During today’s inspection, LPA performed observations and interviews.

LPA inspected the outdoor play area. LPA observed the following: Broken or damaged playthings, have been moved to the off-limit area or repaired. Sandbox has proper covered, with signage displayed and wall tarp reattached to fence.

Per licensee, outdoor play area policy regarding capacity was reviewed with facility staff. Topics included requirement for only 8 children, as stated on outdoor space waiver.

Deficiencies issued on 2/21/2023 and 3/3/2023, has been cleared and ‘Cleared Plan of Correction Letter’ was provided.

Exit interview was conducted with Licensee, Rabab Tawfik, and signature of this form acknowledges receipt of these documents.

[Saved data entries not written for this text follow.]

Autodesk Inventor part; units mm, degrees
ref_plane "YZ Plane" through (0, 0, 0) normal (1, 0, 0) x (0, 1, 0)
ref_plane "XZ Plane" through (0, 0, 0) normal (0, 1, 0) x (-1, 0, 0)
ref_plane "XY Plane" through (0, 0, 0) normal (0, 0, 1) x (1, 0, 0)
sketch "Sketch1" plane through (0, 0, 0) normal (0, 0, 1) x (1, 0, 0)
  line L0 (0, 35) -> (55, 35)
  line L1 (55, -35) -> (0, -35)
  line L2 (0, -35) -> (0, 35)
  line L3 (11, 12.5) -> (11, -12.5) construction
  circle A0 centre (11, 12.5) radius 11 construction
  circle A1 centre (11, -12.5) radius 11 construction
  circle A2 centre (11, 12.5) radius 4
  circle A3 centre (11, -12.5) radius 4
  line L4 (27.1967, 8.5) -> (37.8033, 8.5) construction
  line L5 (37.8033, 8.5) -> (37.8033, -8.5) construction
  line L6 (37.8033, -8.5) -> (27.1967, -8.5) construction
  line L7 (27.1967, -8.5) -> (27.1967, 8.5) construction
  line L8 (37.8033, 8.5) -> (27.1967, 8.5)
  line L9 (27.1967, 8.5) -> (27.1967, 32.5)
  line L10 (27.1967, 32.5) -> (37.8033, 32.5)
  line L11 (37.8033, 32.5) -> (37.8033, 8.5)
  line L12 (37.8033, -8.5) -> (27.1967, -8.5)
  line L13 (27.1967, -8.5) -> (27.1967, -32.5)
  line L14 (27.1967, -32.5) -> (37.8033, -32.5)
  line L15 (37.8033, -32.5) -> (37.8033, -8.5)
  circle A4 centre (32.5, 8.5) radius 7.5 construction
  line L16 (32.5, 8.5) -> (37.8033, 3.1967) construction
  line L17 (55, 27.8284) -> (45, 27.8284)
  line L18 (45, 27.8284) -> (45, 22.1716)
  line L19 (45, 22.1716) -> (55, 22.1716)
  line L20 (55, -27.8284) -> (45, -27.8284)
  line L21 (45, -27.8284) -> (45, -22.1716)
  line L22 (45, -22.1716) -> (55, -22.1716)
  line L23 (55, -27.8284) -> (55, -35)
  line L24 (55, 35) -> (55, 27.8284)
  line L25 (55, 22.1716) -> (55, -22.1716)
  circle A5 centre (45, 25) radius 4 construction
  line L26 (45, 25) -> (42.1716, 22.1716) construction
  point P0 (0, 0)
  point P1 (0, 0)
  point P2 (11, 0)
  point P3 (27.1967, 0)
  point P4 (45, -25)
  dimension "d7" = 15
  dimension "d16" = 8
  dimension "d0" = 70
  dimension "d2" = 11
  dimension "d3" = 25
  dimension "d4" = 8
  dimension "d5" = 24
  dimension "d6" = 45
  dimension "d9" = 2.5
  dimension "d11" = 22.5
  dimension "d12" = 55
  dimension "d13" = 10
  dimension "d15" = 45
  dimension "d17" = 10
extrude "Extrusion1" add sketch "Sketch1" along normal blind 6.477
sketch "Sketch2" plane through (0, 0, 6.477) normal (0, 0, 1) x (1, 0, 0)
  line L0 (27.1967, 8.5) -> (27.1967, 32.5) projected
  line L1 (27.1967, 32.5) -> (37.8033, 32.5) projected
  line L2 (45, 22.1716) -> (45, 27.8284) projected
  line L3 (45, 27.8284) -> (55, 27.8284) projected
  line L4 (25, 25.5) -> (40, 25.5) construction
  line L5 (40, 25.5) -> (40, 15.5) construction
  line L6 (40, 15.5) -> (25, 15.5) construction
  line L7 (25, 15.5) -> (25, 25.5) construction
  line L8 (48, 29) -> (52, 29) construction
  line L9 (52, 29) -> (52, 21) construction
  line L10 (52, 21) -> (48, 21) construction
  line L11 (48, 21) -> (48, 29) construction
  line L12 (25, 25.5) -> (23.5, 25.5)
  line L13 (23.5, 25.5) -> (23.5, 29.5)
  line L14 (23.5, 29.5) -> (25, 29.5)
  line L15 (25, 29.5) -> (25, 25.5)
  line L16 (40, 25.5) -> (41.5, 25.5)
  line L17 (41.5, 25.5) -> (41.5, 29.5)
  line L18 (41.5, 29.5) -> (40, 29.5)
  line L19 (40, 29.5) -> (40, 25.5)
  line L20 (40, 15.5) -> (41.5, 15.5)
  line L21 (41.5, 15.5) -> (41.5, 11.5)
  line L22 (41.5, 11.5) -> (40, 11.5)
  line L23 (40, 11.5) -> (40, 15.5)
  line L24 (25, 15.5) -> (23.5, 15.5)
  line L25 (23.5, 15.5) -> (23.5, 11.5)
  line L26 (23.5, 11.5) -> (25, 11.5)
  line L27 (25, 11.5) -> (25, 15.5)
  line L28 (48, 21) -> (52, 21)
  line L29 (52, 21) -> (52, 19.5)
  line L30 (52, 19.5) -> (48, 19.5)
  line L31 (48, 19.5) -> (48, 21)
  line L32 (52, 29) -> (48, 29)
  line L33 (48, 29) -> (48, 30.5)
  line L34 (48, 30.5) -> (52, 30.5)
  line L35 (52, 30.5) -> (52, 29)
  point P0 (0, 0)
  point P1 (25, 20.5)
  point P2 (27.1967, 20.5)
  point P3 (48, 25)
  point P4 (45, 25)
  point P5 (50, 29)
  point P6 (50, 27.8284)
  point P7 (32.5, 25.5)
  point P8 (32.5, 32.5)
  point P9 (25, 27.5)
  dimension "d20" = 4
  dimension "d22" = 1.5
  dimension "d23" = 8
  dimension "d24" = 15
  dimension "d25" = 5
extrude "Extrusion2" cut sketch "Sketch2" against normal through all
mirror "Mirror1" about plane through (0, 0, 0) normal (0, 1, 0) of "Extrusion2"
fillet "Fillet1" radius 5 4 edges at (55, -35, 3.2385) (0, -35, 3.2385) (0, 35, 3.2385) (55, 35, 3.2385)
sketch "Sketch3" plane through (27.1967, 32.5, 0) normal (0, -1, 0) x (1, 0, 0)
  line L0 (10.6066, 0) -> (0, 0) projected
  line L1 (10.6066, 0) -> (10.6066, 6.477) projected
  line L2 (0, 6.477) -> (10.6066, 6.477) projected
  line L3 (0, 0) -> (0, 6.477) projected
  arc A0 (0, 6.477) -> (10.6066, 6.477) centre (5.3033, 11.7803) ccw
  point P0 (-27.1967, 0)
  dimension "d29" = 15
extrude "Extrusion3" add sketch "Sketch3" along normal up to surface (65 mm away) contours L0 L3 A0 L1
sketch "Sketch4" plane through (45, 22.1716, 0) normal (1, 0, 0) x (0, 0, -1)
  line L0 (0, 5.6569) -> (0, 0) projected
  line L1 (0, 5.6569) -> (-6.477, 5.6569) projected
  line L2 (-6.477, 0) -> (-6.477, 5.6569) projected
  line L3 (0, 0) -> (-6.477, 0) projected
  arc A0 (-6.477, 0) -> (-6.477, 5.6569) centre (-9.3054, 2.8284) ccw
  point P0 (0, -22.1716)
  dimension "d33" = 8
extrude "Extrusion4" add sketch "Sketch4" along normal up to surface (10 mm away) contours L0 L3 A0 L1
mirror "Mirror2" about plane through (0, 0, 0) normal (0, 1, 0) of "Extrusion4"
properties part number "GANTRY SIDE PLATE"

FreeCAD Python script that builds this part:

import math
import FreeCAD as App
import Part
import Sketcher

V = App.Vector
Q = App.Units.Quantity


def edges_at(feature, points):
    """Names of the edges that pass closest to the given points."""
    edges = feature.Shape.Edges
    near = lambda p: min(range(len(edges)), key=lambda i: edges[i].distToShape(Part.Vertex(*p))[0])
    return sorted({f"Edge{near(p) + 1}" for p in points})

doc = App.newDocument("Part")
body = doc.addObject("PartDesign::Body", "Body")

# Sketch on XY plane
sketch1 = body.newObject("Sketcher::SketchObject", "Sketch")
sketch1.AttachmentSupport = (doc.getObject("XY_Plane"), [""])
sketch1.MapMode = "FlatFace"
sketch1.addGeometry([
    Part.LineSegment(V(55, 35, 0), V(0, 35, 0)),  # 0
    Part.LineSegment(V(0, 35, 0), V(0, -35, 0)),  # 1
    Part.LineSegment(V(0, -35, 0), V(55, -35, 0)),  # 2
    Part.LineSegment(V(55, -35, 0), V(55, -27.8284, 0)),  # 3
    Part.LineSegment(V(55, -27.8284, 0), V(45, -27.8284, 0)),  # 4
    Part.LineSegment(V(45, -27.8284, 0), V(45, -22.1716, 0)),  # 5
    Part.LineSegment(V(45, -22.1716, 0), V(55, -22.1716, 0)),  # 6
    Part.LineSegment(V(55, -22.1716, 0), V(55, 22.1716, 0)),  # 7
    Part.LineSegment(V(55, 22.1716, 0), V(45, 22.1716, 0)),  # 8
    Part.LineSegment(V(45, 22.1716, 0), V(45, 27.8284, 0)),  # 9
    Part.LineSegment(V(45, 27.8284, 0), V(55, 27.8284, 0)),  # 10
    Part.LineSegment(V(55, 27.8284, 0), V(55, 35, 0)),  # 11
    Part.Circle(V(11, -12.5, 0), V(0, 0, 1), 4),  # 12
    Part.LineSegment(V(27.1967, -8.5, 0), V(37.8033, -8.5, 0)),  # 13
    Part.LineSegment(V(37.8033, -8.5, 0), V(37.8033, -32.5, 0)),  # 14
    Part.LineSegment(V(37.8033, -32.5, 0), V(27.1967, -32.5, 0)),  # 15
    Part.LineSegment(V(27.1967, -32.5, 0), V(27.1967, -8.5, 0)),  # 16
    Part.Circle(V(11, 12.5, 0), V(0, 0, 1), 4),  # 17
    Part.LineSegment(V(37.8033, 32.5, 0), V(37.8033, 8.5, 0)),  # 18
    Part.LineSegment(V(37.8033, 8.5, 0), V(27.1967, 8.5, 0)),  # 19
    Part.LineSegment(V(27.1967, 8.5, 0), V(27.1967, 32.5, 0)),  # 20
    Part.LineSegment(V(27.1967, 32.5, 0), V(37.8033, 32.5, 0)),  # 21
], False)
sketch1.addConstraint([
    Sketcher.Constraint("Coincident", 0, 2, 1, 1),
    Sketcher.Constraint("Coincident", 1, 2, 2, 1),
    Sketcher.Constraint("Coincident", 2, 2, 3, 1),
    Sketcher.Constraint("Coincident", 3, 2, 4, 1),
    Sketcher.Constraint("Coincident", 4, 2, 5, 1),
    Sketcher.Constraint("Coincident", 5, 2, 6, 1),
    Sketcher.Constraint("Coincident", 6, 2, 7, 1),
    Sketcher.Constraint("Coincident", 7, 2, 8, 1),
    Sketcher.Constraint("Coincident", 8, 2, 9, 1),
    Sketcher.Constraint("Coincident", 9, 2, 10, 1),
    Sketcher.Constraint("Coincident", 10, 2, 11, 1),
    Sketcher.Constraint("Coincident", 11, 2, 0, 1),
    Sketcher.Constraint("Coincident", 13, 2, 14, 1),
    Sketcher.Constraint("Coincident", 14, 2, 15, 1),
    Sketcher.Constraint("Coincident", 15, 2, 16, 1),
    Sketcher.Constraint("Coincident", 16, 2, 13, 1),
    Sketcher.Constraint("Coincident", 18, 2, 19, 1),
    Sketcher.Constraint("Coincident", 19, 2, 20, 1),
    Sketcher.Constraint("Coincident", 20, 2, 21, 1),
    Sketcher.Constraint("Coincident", 21, 2, 18, 1),
    Sketcher.Constraint("Horizontal", 0),
    Sketcher.Constraint("Vertical", 1),
    Sketcher.Constraint("Horizontal", 2),
    Sketcher.Constraint("Vertical", 3),
    Sketcher.Constraint("Horizontal", 4),
    Sketcher.Constraint("Vertical", 5),
    Sketcher.Constraint("Horizontal", 6),
    Sketcher.Constraint("Vertical", 7),
    Sketcher.Constraint("Horizontal", 8),
    Sketcher.Constraint("Vertical", 9),
    Sketcher.Constraint("Horizontal", 10),
    Sketcher.Constraint("Vertical", 11),
    Sketcher.Constraint("Horizontal", 13),
    Sketcher.Constraint("Vertical", 14),
    Sketcher.Constraint("Horizontal", 15),
    Sketcher.Constraint("Vertical", 16),
    Sketcher.Constraint("Vertical", 18),
    Sketcher.Constraint("Horizontal", 19),
    Sketcher.Constraint("Vertical", 20),
    Sketcher.Constraint("Horizontal", 21),
    Sketcher.Constraint("Equal", 12, 17),
    Sketcher.Constraint("Symmetric", 0, 2, 1, 2, -1, 1),
    Sketcher.Constraint("Symmetric", 12, 3, 17, 3, -1),
    Sketcher.Constraint("Symmetric", 5, 2, 8, 2, -1),
    Sketcher.Constraint("Symmetric", 3, 2, 10, 2, -1),
    Sketcher.Constraint("Symmetric", 13, 2, 18, 2, -1),
    Sketcher.Constraint("Symmetric", 15, 2, 20, 2, -1),
    Sketcher.Constraint("Vertical", 3, 2, 6, 2),
    Sketcher.Constraint("Diameter", 12, Q("8 mm")),
    Sketcher.Constraint("DistanceX", 0, 2, 0, 1, Q("55 mm")),
    Sketcher.Constraint("DistanceX", 4, 2, 4, 1, Q("10 mm")),
    Sketcher.Constraint("DistanceY", 1, 2, 1, 1, Q("70 mm")),
    Sketcher.Constraint("DistanceY", 14, 2, 14, 1, Q("24 mm")),
    Sketcher.Constraint("DistanceX", -1, 1, 12, 3, Q("11 mm")),
    Sketcher.Constraint("DistanceY", 12, 3, 17, 3, Q("25 mm")),
    Sketcher.Constraint("DistanceY", 2, 2, 14, 2, Q("2.5 mm")),
    Sketcher.Constraint("DistanceY", 3, 2, 7, 2, Q("50 mm")),
    Sketcher.Constraint("DistanceX", 13, 1, 13, 2, Q("10.6066 mm")),
    Sketcher.Constraint("DistanceY", 3, 1, 3, 2, Q("7.1716 mm")),
    Sketcher.Constraint("DistanceX", -1, 1, 13, 2, Q("37.8033 mm")),
])
pad1 = body.newObject("PartDesign::Pad", "Pad")
pad1.Profile = sketch1
pad1.Length = 6.477

# Sketch on XY plane
sketch2 = body.newObject("Sketcher::SketchObject", "Sketch001")
sketch2.AttachmentSupport = (doc.getObject("XY_Plane"), [""])
sketch2.MapMode = "FlatFace"
sketch2.AttachmentOffset = App.Placement(V(0, 0, 6.477), App.Rotation())
sketch2.addGeometry([
    Part.LineSegment(V(23.5, 25.5, 0), V(25, 25.5, 0)),  # 0
    Part.LineSegment(V(25, 25.5, 0), V(25, 29.5, 0)),  # 1
    Part.LineSegment(V(25, 29.5, 0), V(23.5, 29.5, 0)),  # 2
    Part.LineSegment(V(23.5, 29.5, 0), V(23.5, 25.5, 0)),  # 3
    Part.LineSegment(V(40, 29.5, 0), V(40, 25.5, 0)),  # 4
    Part.LineSegment(V(40, 25.5, 0), V(41.5, 25.5, 0)),  # 5
    Part.LineSegment(V(41.5, 25.5, 0), V(41.5, 29.5, 0)),  # 6
    Part.LineSegment(V(41.5, 29.5, 0), V(40, 29.5, 0)),  # 7
    Part.LineSegment(V(41.5, 15.5, 0), V(40, 15.5, 0)),  # 8
    Part.LineSegment(V(40, 15.5, 0), V(40, 11.5, 0)),  # 9
    Part.LineSegment(V(40, 11.5, 0), V(41.5, 11.5, 0)),  # 10
    Part.LineSegment(V(41.5, 11.5, 0), V(41.5, 15.5, 0)),  # 11
    Part.LineSegment(V(25, 11.5, 0), V(25, 15.5, 0)),  # 12
    Part.LineSegment(V(25, 15.5, 0), V(23.5, 15.5, 0)),  # 13
    Part.LineSegment(V(23.5, 15.5, 0), V(23.5, 11.5, 0)),  # 14
    Part.LineSegment(V(23.5, 11.5, 0), V(25, 11.5, 0)),  # 15
    Part.LineSegment(V(52, 21, 0), V(48, 21, 0)),  # 16
    Part.LineSegment(V(48, 21, 0), V(48, 19.5, 0)),  # 17
    Part.LineSegment(V(48, 19.5, 0), V(52, 19.5, 0)),  # 18
    Part.LineSegment(V(52, 19.5, 0), V(52, 21, 0)),  # 19
    Part.LineSegment(V(48, 29, 0), V(52, 29, 0)),  # 20
    Part.LineSegment(V(52, 29, 0), V(52, 30.5, 0)),  # 21
    Part.LineSegment(V(52, 30.5, 0), V(48, 30.5, 0)),  # 22
    Part.LineSegment(V(48, 30.5, 0), V(48, 29, 0)),  # 23
], False)
sketch2.addConstraint([
    Sketcher.Constraint("Coincident", 0, 2, 1, 1),
    Sketcher.Constraint("Coincident", 1, 2, 2, 1),
    Sketcher.Constraint("Coincident", 2, 2, 3, 1),
    Sketcher.Constraint("Coincident", 3, 2, 0, 1),
    Sketcher.Constraint("Coincident", 4, 2, 5, 1),
    Sketcher.Constraint("Coincident", 5, 2, 6, 1),
    Sketcher.Constraint("Coincident", 6, 2, 7, 1),
    Sketcher.Constraint("Coincident", 7, 2, 4, 1),
    Sketcher.Constraint("Coincident", 8, 2, 9, 1),
    Sketcher.Constraint("Coincident", 9, 2, 10, 1),
    Sketcher.Constraint("Coincident", 10, 2, 11, 1),
    Sketcher.Constraint("Coincident", 11, 2, 8, 1),
    Sketcher.Constraint("Coincident", 12, 2, 13, 1),
    Sketcher.Constraint("Coincident", 13, 2, 14, 1),
    Sketcher.Constraint("Coincident", 14, 2, 15, 1),
    Sketcher.Constraint("Coincident", 15, 2, 12, 1),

This report must be available in the facility for public review. Notice was provided and must remain posted for 30 days. Licensee was advised for additional questions to call CCL Office, M-F, 8am-5pm, 650-266-8800 or 1-844-538-8766. Website: www.ccld.ca.gov
SUPERVISORS NAME: Ali Zebila
LICENSING EVALUATOR NAME: Luis Gomez
LICENSING EVALUATOR SIGNATURE: DATE: 04/17/2023
I acknowledge receipt of this form and understand my licensing appeal rights as explained and received.
FACILITY REPRESENTATIVE SIGNATURE: DATE: 04/17/2023
This report must be available at Child Care and Group Home facilities for public review for 3 years.